Splicing patterns in human urine and serum, or even whether specific splice isoforms are present or detectable in these biofluids, were unknown. Therefore, we were unable to choose a sample size ahead of time to ensure adequate power to detect disease-specific differences. Instead, we chose a sample size based on splicing outcomes in muscle biopsies4 and a goal of enrolling a similar number of DM1 and UA controls. In mice, we chose sample sizes for splicing analysis in muscle based on previously reported differences in muscle tissue of these models2,3,5,6. Mice ranged from 2 to 4 months of age and were chosen randomly by genotype, stratified for sex to allow an approximately equal number of females and males, and examined without blinding.

Statistics

For two-group and multigroup comparisons, we used unpaired two-tailed t test or multigroup analysis of variance (ANOVA), respectively (Prism software, GraphPad, Inc.). We used the F test to compare variances between two groups (Supplementary Table 11). In groups with statistically significant difference in variance, we used t test with Welch’s correction to determine differences between groups. Group data are presented as mean ± s.e.m. To determine associations of splicing with CTG repeat expansion, and ddPCR splicing with RT-PCR splicing, we used Pearson correlation coefficients. A P value <0.05 was considered significant.

Composite biomarker score

A principal component analysis30,31 score for each subject was calculated using R statistical software33 with a linear combination of the ten RT-PCR splicing outcomes shown in Fig. 2 (INSR, MBNL2, SOS1, MBNL1, CLASP1, MAP3K4, NFIX, NCOR2, VPS39, and MAPT) to form an RT-PCR-based composite biomarker score (Fig. 4a).

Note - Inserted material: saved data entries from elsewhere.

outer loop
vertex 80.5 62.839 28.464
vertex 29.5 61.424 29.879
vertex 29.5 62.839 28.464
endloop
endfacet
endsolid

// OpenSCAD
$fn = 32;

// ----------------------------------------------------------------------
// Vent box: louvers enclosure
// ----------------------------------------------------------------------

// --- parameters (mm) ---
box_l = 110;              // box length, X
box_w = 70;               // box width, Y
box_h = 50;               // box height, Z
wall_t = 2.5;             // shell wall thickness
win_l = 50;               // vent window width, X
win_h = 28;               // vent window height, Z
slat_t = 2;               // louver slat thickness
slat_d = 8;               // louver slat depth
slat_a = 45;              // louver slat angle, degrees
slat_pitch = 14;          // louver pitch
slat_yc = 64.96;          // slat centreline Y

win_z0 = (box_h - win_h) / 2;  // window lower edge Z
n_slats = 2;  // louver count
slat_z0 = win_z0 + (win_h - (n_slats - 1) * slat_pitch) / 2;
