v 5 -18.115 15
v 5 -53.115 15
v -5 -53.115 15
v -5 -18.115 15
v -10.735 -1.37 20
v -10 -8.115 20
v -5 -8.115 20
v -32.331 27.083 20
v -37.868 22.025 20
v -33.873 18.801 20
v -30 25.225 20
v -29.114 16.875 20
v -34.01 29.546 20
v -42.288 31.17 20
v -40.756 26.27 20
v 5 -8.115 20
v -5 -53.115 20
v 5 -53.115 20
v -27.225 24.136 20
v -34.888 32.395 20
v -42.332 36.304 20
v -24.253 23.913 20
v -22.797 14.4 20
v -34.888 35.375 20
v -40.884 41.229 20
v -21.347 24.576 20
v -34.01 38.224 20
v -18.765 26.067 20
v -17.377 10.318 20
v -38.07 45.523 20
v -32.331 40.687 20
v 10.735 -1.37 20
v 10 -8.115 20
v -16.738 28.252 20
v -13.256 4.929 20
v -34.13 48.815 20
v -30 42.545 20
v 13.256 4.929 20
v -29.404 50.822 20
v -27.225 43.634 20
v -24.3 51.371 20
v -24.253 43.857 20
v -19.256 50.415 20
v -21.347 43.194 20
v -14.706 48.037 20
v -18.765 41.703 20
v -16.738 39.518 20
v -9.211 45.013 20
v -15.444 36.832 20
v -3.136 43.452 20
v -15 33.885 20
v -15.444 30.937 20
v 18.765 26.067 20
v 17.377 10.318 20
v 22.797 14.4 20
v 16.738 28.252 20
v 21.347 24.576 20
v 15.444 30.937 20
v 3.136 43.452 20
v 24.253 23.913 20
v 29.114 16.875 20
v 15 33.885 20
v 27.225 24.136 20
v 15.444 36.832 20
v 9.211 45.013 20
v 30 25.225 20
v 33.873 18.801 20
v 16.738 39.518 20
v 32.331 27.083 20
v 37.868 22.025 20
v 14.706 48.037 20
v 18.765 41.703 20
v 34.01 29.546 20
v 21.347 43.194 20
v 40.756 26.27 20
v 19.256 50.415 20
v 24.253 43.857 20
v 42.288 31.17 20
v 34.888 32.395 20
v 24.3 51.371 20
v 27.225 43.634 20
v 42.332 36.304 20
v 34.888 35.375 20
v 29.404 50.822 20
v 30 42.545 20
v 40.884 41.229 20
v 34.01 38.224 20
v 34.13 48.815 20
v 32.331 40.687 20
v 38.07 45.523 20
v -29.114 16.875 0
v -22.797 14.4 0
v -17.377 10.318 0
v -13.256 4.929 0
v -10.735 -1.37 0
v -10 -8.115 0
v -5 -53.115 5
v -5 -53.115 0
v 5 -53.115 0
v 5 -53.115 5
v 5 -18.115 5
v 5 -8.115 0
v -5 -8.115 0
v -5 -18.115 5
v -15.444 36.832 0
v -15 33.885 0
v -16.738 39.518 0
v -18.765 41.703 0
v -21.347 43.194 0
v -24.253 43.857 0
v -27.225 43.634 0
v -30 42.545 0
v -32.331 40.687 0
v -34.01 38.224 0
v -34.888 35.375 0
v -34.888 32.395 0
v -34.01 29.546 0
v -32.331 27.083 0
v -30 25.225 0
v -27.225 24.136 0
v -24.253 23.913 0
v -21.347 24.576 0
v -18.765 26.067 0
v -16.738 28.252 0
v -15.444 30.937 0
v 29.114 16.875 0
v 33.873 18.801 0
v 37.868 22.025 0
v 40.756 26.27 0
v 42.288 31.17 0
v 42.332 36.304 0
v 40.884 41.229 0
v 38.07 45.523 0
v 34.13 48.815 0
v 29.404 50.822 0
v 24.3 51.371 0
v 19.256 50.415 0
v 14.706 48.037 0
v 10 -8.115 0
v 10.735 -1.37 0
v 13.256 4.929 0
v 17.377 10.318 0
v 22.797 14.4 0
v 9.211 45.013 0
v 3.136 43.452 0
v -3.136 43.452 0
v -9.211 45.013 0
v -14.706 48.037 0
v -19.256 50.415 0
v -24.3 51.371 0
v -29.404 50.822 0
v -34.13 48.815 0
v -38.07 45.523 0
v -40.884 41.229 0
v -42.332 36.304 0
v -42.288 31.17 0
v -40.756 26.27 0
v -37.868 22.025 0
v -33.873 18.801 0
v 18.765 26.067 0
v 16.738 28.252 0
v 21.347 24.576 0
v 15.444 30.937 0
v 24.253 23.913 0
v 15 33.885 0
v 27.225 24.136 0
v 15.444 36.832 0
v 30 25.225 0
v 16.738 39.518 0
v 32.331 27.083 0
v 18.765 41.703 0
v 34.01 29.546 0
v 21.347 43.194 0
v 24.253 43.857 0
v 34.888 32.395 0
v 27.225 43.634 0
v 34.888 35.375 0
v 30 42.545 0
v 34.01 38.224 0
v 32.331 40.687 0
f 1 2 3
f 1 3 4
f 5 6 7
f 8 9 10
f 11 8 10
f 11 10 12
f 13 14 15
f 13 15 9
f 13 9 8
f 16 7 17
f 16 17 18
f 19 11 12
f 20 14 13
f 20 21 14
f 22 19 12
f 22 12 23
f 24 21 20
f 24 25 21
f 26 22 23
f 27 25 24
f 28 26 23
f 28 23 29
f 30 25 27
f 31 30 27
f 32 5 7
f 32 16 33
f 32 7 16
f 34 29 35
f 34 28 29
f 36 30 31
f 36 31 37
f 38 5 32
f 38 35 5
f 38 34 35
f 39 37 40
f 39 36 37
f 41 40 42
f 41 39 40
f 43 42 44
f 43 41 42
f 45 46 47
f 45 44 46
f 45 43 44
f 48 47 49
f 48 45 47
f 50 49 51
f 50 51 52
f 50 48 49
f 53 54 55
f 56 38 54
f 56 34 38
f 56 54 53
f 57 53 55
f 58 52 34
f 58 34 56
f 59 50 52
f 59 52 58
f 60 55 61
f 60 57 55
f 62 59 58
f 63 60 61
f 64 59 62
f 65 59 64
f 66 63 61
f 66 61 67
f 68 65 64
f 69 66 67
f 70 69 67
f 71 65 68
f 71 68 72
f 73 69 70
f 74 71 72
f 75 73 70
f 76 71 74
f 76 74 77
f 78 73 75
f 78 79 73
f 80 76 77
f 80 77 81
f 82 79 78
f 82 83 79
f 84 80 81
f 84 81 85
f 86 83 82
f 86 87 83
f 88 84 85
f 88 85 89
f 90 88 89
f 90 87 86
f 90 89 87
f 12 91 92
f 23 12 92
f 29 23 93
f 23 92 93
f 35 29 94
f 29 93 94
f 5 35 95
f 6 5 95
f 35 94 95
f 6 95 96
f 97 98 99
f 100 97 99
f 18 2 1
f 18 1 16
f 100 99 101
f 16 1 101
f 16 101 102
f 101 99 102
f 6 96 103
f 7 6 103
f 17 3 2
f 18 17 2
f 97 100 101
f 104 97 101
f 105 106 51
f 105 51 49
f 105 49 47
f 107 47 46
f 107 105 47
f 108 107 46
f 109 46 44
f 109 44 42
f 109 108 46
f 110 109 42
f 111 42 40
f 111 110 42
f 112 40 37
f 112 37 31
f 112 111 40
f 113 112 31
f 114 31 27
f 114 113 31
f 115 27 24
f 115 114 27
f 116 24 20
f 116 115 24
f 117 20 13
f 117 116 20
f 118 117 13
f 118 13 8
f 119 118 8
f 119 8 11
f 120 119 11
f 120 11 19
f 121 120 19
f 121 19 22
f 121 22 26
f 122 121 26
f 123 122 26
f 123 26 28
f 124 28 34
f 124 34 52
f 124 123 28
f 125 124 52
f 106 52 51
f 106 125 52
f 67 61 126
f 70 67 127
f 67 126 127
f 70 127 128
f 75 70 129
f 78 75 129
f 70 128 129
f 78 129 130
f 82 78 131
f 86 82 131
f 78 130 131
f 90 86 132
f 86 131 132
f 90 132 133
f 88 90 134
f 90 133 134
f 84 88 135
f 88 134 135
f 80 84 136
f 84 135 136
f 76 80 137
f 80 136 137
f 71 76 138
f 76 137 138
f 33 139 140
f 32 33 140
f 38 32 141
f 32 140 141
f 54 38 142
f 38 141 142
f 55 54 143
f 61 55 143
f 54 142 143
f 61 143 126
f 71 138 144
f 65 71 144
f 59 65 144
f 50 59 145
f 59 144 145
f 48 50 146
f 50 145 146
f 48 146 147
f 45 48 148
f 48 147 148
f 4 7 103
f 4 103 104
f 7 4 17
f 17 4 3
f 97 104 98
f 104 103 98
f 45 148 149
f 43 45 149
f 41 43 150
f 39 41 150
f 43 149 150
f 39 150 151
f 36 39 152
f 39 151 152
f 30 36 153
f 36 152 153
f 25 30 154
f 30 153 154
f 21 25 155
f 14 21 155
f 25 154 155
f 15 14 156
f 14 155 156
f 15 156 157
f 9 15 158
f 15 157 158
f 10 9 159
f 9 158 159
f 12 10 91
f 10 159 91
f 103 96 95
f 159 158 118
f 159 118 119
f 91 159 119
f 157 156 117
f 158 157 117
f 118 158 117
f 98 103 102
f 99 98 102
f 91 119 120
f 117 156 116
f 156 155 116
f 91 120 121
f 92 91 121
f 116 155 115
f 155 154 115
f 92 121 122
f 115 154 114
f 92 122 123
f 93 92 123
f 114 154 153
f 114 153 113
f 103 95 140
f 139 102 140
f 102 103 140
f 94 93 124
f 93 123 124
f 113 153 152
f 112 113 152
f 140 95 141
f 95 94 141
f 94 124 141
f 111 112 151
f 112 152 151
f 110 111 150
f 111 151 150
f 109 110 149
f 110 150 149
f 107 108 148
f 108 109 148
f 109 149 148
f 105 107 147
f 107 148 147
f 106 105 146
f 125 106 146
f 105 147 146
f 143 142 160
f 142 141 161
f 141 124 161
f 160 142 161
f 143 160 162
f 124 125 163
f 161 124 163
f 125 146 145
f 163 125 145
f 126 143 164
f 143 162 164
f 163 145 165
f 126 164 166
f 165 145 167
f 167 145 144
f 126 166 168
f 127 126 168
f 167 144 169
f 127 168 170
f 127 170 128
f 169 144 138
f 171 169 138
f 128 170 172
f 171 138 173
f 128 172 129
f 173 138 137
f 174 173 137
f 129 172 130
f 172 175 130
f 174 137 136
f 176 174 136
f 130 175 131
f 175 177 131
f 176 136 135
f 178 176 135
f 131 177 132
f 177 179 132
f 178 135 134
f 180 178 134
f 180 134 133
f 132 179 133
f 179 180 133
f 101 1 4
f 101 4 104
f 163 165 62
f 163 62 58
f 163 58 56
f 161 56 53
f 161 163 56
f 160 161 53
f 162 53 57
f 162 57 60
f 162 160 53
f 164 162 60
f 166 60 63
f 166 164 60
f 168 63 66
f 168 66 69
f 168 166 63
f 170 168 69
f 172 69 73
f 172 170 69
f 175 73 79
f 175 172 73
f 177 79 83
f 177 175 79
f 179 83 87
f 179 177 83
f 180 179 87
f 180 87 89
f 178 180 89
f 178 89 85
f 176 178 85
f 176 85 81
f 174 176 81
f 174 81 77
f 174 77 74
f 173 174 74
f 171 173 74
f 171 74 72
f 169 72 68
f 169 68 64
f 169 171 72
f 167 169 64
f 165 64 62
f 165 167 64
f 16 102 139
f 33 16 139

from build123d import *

# Parameters (mm, degrees)
IZIM1_R                     = 10
Y_KSEKLIK_EKSTR_ZYON1_DEPTH = 20
IZIM3_W                     = 10
IZIM3_H                     = 35
KES_EKSTR_ZYON1_DEPTH       = 10


with BuildPart() as part:
    # Çizim1 → Yükseklik-Ekstrüzyon1 (new body)
    with BuildSketch(Plane.XY):
        with BuildLine():
            Line((-10, -8.115065243), (-5, -8.115065243))
            Line((-5, -8.115065243), (-5, -53.115065243))
            Line((-5, -53.115065243), (5, -53.115065243))
            Line((5, -53.115065243), (5, -8.115065243))
            Line((5, -8.115065243), (10, -8.115065243))
            ThreePointArc((10, -8.115065243), (15.132819854, 7.763816786), (29.113715132, 16.875309605))
            ThreePointArc((29.113715132, 16.875309605), (40.884337762, 41.229171535), (14.705882353, 48.037006756))
            ThreePointArc((14.705882353, 48.037006756), (0, 43.254252469), (-14.705882353, 48.037006756))
            ThreePointArc((-14.705882353, 48.037006756), (-40.884337762, 41.229171535), (-29.113715132, 16.875309605))
            ThreePointArc((-29.113715132, 16.875309605), (-15.132819854, 7.763816786), (-10, -8.115065243))
        make_face()
        with Locations((-25, 33.884934757)):
            Circle(IZIM1_R, mode=Mode.SUBTRACT)
        with Locations(Location((25, 33.884934757, 0), (0, 0, 180))):
            Circle(IZIM1_R, mode=Mode.SUBTRACT)
    extrude(amount=Y_KSEKLIK_EKSTR_ZYON1_DEPTH)

    # Çizim3 → Kes-Ekstrüzyon1 (cut)
    with BuildSketch(Plane(origin=(5, 0, 0), x_dir=(0, 0, -1), z_dir=(1, 0, 0))):
        with Locations((-10, -35.615065243)):
            Rectangle(IZIM3_W, IZIM3_H)
    extrude(amount=-KES_EKSTR_ZYON1_DEPTH, mode=Mode.SUBTRACT)


solid = part.part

We used the same methods to combine the ddPCR splicing outcomes of the five transcripts in urine exRNA shown in Fig. 5 (INSR, MBNL2, MBNL1, CLASP1, and MAP3K4), and four transcripts in urine cells shown in Fig. 8 (INSR, MBNL2, MBNL1, and CLASP1) to form ddPCR-based composite biomarker scores (Fig. 9 and Supplementary Fig. 9).

Predictive model

We randomly assigned 75% of the first 45 subjects (N = 23 DM1, 22 UA) to a training set that consisted of 17 subjects with DM1 and 17 unaffected controls (34/45)32. The remaining 25% of these subjects (N = 6 DM1, 5 UA) formed an independent validation set. We used principal component regression33 to develop a predictive model of DM1. Only the first principal component was used for prediction. The pls package in R, which uses a singular value decomposition algorithm to compute the principal components, was used to implement the model33. A threshold of 0.5 was chosen for model fitting, such that values above threshold were DM1 and values below threshold UA. A fivefold cross validation test produced zero false positives and false negatives. After development and validation of the model, we then implemented it to examine composite splicing data from each of the next 17 consecutive subjects that were enrolled in the study. Including the 11 subjects in the validation set (N = 6 DM1, 5 UA) that were used for model development and the 19 subjects that were tested after model implementation (N = 13 DM1, 6 UA), a total of N = 30 subjects were evaluated using the model.